In the entries that follow, the line with "#75=VERTEX_POINT('',#74);" opens the range and the line with "#103=EDGE_CURVE('',#94,#101,#102,.T.);" closes it; repeat that range exactly, both lines included.
======== MATERIAL SUPPLIED
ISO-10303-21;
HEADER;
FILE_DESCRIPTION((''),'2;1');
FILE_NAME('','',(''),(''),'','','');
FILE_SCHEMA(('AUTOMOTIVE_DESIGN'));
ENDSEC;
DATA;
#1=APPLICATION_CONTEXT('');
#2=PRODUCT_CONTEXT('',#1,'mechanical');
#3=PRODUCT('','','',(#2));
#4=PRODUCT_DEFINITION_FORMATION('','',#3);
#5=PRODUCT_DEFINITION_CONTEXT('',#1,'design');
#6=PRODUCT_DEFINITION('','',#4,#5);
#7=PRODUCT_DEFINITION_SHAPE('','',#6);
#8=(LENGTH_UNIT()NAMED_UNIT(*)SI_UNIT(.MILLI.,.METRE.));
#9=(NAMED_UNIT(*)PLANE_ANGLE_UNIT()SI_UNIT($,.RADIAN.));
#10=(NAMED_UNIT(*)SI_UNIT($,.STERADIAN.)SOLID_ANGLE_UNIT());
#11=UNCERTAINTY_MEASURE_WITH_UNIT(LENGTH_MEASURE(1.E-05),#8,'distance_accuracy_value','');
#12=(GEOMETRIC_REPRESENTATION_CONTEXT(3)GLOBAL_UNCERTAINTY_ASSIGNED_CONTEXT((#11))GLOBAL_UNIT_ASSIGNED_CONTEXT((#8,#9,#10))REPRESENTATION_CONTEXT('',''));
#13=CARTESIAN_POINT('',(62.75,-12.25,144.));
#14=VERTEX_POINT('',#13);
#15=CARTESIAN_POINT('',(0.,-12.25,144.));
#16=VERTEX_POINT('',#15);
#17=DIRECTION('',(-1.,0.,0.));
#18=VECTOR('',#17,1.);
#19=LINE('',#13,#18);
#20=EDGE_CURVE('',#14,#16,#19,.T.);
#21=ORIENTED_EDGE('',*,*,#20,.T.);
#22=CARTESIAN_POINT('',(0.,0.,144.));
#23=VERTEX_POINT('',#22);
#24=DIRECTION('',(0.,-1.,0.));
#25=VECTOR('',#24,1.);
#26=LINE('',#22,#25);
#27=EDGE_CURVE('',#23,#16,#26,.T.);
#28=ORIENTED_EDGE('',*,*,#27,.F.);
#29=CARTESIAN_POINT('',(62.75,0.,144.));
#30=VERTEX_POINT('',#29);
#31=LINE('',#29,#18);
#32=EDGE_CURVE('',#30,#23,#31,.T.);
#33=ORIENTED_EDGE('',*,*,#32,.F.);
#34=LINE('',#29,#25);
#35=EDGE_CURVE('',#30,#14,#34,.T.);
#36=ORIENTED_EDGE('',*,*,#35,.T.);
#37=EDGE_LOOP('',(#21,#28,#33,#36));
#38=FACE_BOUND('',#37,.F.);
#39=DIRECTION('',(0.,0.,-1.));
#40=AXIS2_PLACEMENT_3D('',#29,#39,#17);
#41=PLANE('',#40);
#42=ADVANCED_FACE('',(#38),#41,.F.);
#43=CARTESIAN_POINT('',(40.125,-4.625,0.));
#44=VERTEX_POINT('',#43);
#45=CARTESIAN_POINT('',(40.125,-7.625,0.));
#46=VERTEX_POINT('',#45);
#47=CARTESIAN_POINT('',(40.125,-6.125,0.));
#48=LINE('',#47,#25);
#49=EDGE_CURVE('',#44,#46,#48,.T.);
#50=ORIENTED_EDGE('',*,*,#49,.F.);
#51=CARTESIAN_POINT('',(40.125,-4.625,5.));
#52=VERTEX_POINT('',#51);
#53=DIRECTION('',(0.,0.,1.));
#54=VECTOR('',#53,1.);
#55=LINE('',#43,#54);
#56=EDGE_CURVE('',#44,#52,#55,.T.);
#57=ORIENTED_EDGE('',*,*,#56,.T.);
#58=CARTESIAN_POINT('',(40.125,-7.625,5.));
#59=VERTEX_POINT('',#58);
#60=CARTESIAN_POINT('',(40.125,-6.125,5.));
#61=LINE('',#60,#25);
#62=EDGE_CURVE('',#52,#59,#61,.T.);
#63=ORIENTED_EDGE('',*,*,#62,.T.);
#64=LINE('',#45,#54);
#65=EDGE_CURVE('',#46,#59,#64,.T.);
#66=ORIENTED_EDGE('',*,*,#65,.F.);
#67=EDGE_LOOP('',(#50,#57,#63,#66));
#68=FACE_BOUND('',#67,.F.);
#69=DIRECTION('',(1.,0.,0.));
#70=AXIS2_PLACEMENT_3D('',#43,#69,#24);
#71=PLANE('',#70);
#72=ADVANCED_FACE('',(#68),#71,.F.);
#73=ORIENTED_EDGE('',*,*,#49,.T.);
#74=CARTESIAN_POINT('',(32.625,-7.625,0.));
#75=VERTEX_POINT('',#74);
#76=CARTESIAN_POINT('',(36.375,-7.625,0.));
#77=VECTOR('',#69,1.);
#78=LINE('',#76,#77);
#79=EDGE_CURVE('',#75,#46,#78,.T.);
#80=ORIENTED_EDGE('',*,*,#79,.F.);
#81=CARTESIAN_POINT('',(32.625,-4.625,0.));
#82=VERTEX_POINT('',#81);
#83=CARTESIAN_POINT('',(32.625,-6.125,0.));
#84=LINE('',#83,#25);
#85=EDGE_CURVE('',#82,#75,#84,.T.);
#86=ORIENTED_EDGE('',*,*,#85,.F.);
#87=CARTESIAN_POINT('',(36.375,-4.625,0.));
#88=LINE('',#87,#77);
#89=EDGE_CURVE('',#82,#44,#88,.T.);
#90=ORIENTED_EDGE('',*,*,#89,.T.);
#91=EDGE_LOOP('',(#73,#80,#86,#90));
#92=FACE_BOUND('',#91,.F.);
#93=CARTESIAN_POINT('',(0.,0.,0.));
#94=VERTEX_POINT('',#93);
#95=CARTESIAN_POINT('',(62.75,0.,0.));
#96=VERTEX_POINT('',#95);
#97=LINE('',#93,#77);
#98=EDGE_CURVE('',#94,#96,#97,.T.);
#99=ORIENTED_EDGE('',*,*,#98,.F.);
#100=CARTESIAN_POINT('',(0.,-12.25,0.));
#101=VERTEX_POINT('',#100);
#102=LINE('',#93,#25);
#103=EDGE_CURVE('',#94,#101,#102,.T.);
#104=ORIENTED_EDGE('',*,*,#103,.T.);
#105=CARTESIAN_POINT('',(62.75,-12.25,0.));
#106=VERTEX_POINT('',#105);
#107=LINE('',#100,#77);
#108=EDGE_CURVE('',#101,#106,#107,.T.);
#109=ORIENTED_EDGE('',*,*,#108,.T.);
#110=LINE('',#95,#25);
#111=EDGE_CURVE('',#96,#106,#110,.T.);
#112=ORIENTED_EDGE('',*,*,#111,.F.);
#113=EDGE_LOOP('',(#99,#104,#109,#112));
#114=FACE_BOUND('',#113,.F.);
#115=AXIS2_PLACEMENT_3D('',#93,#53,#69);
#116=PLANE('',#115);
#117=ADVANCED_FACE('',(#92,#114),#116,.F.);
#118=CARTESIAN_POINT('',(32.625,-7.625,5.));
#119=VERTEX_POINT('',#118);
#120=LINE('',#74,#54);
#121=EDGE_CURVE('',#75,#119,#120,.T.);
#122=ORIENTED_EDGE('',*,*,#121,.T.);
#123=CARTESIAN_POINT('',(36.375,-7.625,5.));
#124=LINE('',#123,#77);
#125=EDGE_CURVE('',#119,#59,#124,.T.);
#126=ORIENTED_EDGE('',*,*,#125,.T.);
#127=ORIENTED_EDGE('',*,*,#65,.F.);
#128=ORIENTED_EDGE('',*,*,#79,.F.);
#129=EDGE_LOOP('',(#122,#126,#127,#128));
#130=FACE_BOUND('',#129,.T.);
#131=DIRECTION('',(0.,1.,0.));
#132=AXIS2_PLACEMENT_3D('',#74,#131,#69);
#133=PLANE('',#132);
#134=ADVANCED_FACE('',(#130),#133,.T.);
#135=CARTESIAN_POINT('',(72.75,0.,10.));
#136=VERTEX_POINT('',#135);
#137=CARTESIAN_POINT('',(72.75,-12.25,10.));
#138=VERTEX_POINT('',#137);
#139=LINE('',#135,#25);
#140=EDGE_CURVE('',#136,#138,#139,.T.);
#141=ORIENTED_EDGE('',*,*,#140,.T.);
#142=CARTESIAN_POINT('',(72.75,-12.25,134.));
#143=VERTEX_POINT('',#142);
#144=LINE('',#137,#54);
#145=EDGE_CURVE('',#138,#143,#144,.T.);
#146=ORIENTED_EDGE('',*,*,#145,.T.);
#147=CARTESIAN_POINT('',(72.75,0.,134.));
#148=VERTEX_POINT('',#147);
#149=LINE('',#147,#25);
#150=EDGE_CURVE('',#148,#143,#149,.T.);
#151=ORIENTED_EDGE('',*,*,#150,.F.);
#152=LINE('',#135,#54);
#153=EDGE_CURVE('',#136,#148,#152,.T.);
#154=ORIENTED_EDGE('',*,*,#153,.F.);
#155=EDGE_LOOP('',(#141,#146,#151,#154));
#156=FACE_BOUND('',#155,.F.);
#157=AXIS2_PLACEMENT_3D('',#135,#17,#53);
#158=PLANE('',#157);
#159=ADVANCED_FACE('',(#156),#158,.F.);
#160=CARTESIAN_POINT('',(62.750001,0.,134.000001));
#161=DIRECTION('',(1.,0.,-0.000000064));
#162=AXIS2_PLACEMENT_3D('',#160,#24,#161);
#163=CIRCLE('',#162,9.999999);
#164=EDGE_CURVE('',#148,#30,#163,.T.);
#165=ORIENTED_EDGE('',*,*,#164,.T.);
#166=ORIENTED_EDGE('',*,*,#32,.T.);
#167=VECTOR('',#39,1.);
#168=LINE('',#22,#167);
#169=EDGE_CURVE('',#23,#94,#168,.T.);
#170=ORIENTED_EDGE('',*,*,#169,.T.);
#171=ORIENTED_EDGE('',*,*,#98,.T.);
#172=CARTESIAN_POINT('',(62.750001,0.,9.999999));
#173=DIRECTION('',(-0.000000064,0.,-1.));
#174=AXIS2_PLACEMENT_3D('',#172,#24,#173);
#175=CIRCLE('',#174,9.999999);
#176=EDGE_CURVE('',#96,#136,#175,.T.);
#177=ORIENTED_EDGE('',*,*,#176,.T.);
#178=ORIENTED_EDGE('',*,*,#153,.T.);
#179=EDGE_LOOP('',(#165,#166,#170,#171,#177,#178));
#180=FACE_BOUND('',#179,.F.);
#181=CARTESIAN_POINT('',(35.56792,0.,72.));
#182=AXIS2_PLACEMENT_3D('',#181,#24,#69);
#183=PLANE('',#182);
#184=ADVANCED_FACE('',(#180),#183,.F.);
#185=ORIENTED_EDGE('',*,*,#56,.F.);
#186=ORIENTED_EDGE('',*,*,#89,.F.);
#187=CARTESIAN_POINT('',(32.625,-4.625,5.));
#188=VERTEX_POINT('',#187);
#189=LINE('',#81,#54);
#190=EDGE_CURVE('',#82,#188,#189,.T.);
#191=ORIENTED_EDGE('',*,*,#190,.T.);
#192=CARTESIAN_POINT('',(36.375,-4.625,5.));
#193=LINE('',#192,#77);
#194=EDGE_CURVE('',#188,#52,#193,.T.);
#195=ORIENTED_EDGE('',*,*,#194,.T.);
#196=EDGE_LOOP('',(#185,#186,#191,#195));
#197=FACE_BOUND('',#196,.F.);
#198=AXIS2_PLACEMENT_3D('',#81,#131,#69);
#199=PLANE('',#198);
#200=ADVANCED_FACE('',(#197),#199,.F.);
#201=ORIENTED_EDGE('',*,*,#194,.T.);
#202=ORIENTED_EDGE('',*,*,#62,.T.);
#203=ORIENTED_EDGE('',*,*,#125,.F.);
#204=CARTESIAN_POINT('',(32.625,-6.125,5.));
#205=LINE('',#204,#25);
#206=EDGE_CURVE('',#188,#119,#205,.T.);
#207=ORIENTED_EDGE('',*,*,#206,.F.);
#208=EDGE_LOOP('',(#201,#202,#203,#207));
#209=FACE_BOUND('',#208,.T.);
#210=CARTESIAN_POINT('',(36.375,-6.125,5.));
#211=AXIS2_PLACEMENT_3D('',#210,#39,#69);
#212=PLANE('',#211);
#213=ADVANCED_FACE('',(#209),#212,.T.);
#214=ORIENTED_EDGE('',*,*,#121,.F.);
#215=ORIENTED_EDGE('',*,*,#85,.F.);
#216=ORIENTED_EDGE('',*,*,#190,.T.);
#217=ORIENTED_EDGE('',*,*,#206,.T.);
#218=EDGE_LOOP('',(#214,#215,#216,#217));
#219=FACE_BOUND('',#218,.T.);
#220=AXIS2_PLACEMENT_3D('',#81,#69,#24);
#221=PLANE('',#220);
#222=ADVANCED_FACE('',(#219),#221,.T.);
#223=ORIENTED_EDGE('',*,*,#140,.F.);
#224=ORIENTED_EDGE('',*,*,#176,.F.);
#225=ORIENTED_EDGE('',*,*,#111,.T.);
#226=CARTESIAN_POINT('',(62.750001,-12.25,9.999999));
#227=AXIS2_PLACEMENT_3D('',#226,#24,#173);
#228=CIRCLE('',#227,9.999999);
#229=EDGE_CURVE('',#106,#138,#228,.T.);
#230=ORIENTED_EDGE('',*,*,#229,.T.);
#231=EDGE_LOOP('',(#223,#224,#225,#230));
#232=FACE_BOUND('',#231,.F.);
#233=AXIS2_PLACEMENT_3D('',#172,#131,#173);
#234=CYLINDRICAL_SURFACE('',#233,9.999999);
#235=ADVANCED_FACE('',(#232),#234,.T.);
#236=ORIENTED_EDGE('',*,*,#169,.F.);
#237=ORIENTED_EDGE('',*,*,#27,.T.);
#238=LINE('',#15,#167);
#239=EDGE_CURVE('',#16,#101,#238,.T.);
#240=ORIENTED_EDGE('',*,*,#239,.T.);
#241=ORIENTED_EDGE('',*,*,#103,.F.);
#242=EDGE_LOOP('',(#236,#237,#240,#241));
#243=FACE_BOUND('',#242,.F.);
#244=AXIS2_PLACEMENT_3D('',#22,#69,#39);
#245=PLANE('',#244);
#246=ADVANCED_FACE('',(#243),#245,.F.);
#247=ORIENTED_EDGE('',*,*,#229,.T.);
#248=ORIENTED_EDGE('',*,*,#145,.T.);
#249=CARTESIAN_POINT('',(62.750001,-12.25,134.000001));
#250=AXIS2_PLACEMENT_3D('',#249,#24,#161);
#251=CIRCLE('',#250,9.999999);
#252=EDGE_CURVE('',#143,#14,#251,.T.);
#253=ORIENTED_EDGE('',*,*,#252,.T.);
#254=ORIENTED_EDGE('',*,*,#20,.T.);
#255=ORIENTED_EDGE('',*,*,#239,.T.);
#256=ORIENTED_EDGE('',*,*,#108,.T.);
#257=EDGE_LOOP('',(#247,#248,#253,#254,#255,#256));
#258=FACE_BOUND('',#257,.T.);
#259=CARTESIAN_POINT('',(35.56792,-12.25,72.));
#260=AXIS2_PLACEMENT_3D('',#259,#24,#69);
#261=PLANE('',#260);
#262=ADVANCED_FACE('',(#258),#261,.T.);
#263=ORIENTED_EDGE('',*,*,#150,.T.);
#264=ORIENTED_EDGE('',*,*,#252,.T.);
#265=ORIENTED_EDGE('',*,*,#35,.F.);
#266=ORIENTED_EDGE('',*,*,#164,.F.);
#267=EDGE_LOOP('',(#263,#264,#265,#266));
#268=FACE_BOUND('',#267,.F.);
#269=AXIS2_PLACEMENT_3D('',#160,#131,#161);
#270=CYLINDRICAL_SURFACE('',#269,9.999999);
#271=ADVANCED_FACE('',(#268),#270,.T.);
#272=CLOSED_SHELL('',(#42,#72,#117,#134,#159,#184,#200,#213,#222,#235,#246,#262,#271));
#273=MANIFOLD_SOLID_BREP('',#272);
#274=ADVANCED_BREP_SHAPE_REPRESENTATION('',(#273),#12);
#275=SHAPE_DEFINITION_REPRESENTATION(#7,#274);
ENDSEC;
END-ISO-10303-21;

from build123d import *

# Parameters (mm, degrees)
F1_DEPTH = 12.25
F2_W     = 7.5
F2_H     = 3
F3_DEPTH = 5


with BuildPart() as f1:
    # F0 (on Front) → F1 (new body)
    with BuildSketch(Plane.XZ):
        with BuildLine():
            ThreePointArc((72.75, 134), (69.821068, 141.071068), (62.75, 144))
            Line((62.75, 144), (0, 144))
            Line((0, 144), (0, 0))
            Line((0, 0), (62.75, 0))
            ThreePointArc((62.75, 0), (69.821068, 2.928932), (72.75, 10))
            Line((72.75, 10), (72.75, 134))
        make_face()
    extrude(amount=F1_DEPTH)

    # F2 (on face) → F3 (cut)
    with BuildSketch(Plane(origin=(0, 0, 0), x_dir=(1, 0, 0), z_dir=(0, 0, -1))):
        with Locations((36.375, 6.125)):
            Rectangle(F2_W, F2_H)
    extrude(amount=-F3_DEPTH, mode=Mode.SUBTRACT)


solid = f1.part
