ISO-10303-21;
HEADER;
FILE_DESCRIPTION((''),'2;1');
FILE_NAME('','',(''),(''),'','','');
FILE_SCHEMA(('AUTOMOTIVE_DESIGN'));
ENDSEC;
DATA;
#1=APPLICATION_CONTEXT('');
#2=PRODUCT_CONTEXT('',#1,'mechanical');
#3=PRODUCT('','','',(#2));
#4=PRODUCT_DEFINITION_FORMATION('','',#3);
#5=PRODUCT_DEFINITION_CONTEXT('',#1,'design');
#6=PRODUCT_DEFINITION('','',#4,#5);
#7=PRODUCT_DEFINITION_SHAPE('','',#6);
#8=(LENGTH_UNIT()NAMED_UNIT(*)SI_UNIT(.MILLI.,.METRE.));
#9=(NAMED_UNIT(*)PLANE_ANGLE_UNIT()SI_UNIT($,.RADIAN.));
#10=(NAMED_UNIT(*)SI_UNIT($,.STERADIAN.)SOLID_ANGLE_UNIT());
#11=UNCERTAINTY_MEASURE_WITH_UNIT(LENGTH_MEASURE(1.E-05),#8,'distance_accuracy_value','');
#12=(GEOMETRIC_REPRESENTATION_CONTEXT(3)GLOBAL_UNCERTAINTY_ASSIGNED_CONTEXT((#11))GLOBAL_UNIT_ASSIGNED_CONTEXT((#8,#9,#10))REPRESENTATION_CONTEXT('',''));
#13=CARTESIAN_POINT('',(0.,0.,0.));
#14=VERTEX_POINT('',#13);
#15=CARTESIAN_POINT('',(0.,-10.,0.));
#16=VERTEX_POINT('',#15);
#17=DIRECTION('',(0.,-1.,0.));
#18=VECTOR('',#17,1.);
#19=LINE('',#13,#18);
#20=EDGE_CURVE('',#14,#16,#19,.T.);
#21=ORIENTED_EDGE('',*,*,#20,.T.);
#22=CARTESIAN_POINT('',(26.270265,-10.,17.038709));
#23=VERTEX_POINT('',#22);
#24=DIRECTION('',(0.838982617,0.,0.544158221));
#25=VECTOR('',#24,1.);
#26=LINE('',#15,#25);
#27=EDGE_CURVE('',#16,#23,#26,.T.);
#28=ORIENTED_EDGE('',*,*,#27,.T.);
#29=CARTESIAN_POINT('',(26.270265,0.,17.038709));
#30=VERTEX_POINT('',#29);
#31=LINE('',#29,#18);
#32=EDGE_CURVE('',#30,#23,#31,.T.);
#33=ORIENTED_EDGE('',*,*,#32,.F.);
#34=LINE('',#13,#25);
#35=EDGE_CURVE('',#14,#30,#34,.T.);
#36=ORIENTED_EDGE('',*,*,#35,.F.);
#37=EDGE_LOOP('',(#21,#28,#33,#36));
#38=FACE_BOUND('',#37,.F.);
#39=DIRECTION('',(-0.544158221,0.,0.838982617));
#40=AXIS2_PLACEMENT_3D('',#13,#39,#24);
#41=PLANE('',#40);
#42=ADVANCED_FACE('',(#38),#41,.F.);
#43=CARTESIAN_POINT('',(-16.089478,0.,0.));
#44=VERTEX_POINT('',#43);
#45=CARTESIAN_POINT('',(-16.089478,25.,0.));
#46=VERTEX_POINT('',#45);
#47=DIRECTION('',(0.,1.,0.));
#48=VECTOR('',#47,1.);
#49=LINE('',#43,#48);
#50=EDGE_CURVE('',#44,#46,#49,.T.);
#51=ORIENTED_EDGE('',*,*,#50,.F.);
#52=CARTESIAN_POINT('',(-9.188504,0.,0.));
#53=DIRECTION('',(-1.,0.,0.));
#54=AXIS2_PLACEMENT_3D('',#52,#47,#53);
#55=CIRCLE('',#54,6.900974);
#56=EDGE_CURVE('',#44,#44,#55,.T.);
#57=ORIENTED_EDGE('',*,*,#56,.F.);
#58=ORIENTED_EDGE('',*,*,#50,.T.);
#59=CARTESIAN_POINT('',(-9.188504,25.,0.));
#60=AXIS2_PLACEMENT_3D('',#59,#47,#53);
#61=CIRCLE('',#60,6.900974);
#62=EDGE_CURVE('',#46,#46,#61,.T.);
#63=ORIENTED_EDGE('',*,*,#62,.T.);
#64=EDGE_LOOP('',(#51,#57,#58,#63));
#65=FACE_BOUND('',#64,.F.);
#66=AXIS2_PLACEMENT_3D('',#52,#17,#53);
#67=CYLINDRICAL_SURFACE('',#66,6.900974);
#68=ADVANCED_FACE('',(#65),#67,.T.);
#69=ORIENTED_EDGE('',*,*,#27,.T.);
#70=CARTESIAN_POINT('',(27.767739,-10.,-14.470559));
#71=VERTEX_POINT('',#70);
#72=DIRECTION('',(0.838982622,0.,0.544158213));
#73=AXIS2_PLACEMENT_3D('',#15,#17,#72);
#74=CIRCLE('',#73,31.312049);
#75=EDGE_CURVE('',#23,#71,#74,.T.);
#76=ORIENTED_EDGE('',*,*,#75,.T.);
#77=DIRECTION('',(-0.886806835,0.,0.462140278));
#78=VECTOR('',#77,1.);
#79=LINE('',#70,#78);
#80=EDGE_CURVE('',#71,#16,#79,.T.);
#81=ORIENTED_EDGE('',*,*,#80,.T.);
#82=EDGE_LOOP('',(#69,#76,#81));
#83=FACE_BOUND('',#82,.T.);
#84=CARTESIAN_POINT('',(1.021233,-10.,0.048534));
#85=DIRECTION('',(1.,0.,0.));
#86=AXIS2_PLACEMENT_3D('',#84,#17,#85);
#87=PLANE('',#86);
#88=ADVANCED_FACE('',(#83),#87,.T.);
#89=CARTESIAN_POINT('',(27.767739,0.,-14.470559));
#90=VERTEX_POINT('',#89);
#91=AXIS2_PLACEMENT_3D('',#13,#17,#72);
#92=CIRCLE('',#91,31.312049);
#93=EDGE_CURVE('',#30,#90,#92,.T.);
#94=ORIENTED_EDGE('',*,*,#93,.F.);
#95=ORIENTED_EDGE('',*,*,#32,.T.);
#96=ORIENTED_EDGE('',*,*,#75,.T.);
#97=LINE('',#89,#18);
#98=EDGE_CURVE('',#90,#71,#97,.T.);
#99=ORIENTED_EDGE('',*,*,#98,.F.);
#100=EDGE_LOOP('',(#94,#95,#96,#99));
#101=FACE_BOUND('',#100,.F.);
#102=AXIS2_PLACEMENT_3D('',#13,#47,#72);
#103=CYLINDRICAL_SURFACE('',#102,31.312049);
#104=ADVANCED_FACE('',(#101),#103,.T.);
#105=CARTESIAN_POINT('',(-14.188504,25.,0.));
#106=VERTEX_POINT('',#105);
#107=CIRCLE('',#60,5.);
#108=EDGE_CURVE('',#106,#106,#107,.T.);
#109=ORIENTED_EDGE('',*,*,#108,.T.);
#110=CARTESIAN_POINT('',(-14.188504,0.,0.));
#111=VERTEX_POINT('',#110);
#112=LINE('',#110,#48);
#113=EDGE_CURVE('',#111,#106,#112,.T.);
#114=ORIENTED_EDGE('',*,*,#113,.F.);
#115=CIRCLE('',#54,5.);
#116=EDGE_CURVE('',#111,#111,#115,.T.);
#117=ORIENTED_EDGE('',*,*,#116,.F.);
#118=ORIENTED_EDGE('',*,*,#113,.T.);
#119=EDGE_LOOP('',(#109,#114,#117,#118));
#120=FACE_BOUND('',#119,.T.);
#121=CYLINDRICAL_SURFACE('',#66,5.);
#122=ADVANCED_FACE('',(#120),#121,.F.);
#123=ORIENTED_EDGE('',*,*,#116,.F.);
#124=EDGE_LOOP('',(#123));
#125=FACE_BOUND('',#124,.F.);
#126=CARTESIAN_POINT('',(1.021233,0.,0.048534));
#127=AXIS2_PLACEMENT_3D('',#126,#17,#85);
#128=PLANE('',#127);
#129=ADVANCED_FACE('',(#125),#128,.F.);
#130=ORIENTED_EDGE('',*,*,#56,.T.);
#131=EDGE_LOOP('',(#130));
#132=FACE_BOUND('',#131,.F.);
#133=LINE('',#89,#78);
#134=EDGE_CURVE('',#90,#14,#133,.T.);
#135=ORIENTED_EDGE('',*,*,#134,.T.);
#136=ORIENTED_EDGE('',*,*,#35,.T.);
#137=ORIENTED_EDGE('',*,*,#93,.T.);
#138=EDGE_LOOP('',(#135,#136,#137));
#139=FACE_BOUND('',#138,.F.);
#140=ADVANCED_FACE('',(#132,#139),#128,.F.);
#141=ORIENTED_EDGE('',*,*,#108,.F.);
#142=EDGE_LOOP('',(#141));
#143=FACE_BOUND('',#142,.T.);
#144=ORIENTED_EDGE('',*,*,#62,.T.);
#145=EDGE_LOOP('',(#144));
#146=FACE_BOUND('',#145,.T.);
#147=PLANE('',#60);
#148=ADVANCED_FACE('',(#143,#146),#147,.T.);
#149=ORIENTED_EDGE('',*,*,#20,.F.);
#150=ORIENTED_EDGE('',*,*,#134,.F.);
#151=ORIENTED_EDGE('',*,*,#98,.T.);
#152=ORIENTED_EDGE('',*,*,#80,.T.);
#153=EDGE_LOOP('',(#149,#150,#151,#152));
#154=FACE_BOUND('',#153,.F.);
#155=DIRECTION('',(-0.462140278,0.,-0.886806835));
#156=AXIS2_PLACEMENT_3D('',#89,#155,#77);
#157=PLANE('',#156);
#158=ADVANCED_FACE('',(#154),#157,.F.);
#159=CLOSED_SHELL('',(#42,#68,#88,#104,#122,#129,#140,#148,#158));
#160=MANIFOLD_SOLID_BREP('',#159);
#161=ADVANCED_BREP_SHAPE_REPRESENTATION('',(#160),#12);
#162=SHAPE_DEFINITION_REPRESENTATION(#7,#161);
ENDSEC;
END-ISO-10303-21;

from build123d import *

# Parameters (mm, degrees)
F1_DEPTH = 10
F2_R     = 6.900974
F2_R_2   = 5
F3_DEPTH = 25


with BuildPart() as f1:
    # F0 (on Front) → F1 (new body)
    with BuildSketch(Plane.XZ):
        with BuildLine():
            Line((0, 0), (26.270265, 17.038709))
            ThreePointArc((26.270265, 17.038709), (-31.276748, -1.486424), (27.767739, -14.470559))
            Line((27.767739, -14.470559), (0, 0))
        make_face()
    extrude(amount=F1_DEPTH)

    # F2 (on face) → F3 (join)
    with BuildSketch(Plane(origin=(0, 0, 0), x_dir=(-1, 0, 0), z_dir=(0, 1, 0))):
        with Locations((9.188504, 0)):
            Circle(F2_R)
        with Locations((9.188504, 0)):
            Circle(F2_R_2, mode=Mode.SUBTRACT)
    extrude(amount=F3_DEPTH)


solid = f1.part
================
ANSWER BOX.
#75=VERTEX_POINT('',#74);
#76=CARTESIAN_POINT('',(36.375,-7.625,0.));
#77=VECTOR('',#69,1.);
#78=LINE('',#76,#77);
#79=EDGE_CURVE('',#75,#46,#78,.T.);
#80=ORIENTED_EDGE('',*,*,#79,.F.);
#81=CARTESIAN_POINT('',(32.625,-4.625,0.));
#82=VERTEX_POINT('',#81);
#83=CARTESIAN_POINT('',(32.625,-6.125,0.));
#84=LINE('',#83,#25);
#85=EDGE_CURVE('',#82,#75,#84,.T.);
#86=ORIENTED_EDGE('',*,*,#85,.F.);
#87=CARTESIAN_POINT('',(36.375,-4.625,0.));
#88=LINE('',#87,#77);
#89=EDGE_CURVE('',#82,#44,#88,.T.);
#90=ORIENTED_EDGE('',*,*,#89,.T.);
#91=EDGE_LOOP('',(#73,#80,#86,#90));
#92=FACE_BOUND('',#91,.F.);
#93=CARTESIAN_POINT('',(0.,0.,0.));
#94=VERTEX_POINT('',#93);
#95=CARTESIAN_POINT('',(62.75,0.,0.));
#96=VERTEX_POINT('',#95);
#97=LINE('',#93,#77);
#98=EDGE_CURVE('',#94,#96,#97,.T.);
#99=ORIENTED_EDGE('',*,*,#98,.F.);
#100=CARTESIAN_POINT('',(0.,-12.25,0.));
#101=VERTEX_POINT('',#100);
#102=LINE('',#93,#25);
#103=EDGE_CURVE('',#94,#101,#102,.T.);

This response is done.